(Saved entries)

══════════════════════════════

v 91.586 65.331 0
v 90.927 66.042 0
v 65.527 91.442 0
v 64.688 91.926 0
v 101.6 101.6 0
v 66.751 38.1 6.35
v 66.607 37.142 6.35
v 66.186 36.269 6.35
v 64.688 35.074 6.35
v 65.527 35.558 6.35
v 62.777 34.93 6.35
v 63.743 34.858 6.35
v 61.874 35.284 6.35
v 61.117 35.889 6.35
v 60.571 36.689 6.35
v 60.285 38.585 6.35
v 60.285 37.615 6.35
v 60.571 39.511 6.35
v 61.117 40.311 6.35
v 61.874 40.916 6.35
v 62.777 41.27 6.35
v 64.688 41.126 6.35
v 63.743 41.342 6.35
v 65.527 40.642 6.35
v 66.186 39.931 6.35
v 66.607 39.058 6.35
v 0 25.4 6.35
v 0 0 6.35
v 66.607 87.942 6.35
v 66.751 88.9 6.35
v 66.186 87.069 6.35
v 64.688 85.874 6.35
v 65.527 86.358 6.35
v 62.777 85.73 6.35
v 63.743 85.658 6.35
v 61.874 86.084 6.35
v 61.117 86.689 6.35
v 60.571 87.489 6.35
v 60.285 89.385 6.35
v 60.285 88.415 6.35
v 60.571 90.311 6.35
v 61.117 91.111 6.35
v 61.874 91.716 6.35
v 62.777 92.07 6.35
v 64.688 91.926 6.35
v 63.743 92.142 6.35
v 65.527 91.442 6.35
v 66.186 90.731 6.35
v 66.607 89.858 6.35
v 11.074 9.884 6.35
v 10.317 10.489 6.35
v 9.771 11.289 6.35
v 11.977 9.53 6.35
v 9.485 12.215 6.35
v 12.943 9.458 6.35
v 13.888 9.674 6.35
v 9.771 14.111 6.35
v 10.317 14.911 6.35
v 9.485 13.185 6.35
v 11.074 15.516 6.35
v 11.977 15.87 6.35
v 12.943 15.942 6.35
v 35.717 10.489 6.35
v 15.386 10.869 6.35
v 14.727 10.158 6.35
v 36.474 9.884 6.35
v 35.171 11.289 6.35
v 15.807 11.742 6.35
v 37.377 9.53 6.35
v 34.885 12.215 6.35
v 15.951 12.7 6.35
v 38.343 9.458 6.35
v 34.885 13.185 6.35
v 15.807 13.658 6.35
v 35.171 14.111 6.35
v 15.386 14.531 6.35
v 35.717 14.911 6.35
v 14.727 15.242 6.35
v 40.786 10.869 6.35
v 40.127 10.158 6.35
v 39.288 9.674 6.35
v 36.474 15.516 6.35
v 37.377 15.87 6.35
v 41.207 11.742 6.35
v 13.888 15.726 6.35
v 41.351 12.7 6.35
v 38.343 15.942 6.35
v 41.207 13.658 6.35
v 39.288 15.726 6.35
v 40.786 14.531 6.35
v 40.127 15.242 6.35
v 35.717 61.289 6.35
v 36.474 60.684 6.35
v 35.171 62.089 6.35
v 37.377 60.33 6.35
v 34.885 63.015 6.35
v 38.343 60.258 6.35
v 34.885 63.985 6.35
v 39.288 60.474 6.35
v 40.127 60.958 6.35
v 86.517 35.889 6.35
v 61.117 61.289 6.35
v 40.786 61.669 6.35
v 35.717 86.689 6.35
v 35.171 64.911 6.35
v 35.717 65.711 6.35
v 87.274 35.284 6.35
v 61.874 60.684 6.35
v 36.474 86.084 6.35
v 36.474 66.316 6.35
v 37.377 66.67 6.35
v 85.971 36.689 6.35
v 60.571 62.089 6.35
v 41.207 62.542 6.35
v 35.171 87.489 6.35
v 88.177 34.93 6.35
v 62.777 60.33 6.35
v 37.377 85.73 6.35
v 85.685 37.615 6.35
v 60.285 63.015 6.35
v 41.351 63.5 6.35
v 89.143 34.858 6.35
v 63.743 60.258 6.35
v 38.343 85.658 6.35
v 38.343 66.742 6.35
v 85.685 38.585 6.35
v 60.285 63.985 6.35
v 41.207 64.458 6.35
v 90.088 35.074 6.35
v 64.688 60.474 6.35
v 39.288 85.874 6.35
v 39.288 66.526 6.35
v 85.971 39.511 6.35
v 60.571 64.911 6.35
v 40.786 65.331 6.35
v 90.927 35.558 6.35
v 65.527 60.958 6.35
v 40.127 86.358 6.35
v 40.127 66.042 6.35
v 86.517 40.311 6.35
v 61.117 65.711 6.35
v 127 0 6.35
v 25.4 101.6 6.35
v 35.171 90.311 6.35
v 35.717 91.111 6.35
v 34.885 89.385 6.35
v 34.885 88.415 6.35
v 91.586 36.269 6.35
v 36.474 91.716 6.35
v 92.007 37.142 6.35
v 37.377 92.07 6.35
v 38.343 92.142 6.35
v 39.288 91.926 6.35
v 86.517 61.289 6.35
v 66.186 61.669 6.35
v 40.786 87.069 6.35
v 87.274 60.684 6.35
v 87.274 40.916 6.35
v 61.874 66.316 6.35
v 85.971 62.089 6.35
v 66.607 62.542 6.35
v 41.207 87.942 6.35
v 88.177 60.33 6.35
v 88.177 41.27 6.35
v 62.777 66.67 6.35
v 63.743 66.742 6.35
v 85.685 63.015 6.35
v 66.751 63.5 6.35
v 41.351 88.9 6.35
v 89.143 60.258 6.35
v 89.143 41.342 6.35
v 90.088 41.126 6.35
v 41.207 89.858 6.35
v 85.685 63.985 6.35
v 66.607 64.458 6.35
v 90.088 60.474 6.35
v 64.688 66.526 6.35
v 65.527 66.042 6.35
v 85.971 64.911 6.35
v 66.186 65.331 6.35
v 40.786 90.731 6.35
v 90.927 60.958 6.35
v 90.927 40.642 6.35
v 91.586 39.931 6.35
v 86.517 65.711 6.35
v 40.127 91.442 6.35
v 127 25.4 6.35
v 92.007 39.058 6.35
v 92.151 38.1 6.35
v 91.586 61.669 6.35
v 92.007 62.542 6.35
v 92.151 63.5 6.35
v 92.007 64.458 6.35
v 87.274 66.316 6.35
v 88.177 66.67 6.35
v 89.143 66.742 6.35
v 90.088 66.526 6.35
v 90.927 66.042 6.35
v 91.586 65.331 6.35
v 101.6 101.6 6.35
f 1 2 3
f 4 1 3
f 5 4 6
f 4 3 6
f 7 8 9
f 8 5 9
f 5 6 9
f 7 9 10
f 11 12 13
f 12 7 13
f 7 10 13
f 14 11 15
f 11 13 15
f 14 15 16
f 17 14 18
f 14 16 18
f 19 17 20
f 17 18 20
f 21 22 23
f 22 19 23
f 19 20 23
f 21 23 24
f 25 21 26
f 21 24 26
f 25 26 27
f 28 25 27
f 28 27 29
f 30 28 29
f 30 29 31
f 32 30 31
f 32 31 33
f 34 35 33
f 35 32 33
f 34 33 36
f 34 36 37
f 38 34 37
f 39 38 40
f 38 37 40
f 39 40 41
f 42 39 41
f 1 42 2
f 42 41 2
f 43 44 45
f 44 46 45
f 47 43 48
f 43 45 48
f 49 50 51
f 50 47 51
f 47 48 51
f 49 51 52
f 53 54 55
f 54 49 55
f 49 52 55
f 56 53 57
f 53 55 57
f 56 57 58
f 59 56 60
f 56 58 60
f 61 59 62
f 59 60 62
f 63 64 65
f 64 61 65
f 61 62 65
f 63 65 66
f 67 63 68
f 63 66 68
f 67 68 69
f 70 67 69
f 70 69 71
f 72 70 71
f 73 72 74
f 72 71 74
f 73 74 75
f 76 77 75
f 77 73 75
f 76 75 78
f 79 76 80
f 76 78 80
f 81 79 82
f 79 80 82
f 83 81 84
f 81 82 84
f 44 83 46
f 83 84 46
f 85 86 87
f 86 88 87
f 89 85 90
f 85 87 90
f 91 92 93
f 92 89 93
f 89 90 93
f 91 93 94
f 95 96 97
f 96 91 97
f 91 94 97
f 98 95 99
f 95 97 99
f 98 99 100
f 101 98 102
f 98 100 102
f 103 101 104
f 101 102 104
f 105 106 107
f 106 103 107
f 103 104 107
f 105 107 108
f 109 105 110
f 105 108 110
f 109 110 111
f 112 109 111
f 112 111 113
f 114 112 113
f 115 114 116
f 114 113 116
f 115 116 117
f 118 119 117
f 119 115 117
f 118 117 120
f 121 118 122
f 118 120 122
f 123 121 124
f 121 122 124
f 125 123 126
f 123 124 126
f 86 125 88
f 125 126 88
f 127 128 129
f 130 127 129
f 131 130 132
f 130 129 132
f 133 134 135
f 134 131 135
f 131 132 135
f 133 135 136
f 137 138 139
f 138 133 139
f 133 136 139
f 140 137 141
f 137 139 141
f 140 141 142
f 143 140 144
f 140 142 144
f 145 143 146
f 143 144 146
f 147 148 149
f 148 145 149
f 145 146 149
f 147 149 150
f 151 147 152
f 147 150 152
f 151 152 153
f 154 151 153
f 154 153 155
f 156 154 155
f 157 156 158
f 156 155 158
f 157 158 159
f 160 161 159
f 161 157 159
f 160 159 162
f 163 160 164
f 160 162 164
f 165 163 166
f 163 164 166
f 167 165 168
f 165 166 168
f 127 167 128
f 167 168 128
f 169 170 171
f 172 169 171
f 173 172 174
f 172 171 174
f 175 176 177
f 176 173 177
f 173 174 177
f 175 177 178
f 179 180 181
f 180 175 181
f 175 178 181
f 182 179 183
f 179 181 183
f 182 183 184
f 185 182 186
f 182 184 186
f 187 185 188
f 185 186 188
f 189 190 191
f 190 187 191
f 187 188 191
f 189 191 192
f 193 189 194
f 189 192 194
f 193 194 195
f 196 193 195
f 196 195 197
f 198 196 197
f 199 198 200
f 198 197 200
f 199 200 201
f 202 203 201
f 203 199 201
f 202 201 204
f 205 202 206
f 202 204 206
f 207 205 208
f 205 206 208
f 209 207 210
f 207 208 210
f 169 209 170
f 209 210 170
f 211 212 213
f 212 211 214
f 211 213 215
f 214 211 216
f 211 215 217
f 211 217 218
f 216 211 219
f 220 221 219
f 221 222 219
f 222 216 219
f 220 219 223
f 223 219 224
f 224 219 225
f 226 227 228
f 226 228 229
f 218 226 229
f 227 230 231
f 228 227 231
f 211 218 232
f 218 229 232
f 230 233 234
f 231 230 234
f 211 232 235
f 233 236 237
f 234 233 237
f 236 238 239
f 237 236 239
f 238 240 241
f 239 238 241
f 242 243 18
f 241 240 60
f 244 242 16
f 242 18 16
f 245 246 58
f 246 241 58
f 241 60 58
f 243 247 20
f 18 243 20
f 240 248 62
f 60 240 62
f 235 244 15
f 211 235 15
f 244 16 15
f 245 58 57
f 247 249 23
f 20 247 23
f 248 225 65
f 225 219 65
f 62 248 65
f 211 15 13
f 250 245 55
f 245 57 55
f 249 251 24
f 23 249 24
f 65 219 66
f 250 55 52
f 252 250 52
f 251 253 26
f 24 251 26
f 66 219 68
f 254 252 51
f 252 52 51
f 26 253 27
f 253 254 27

══════════════════════════════

» Directions for this task
Set down, please, the lines from the line holding "f 247 249 23" through the final line of the data, exactly and with nothing added.

» Response
f 247 249 23
f 20 247 23
f 248 225 65
f 225 219 65
f 62 248 65
f 211 15 13
f 250 245 55
f 245 57 55
f 249 251 24
f 23 249 24
f 65 219 66
f 250 55 52
f 252 250 52
f 251 253 26
f 24 251 26
f 66 219 68
f 254 252 51
f 252 52 51
f 26 253 27
f 253 254 27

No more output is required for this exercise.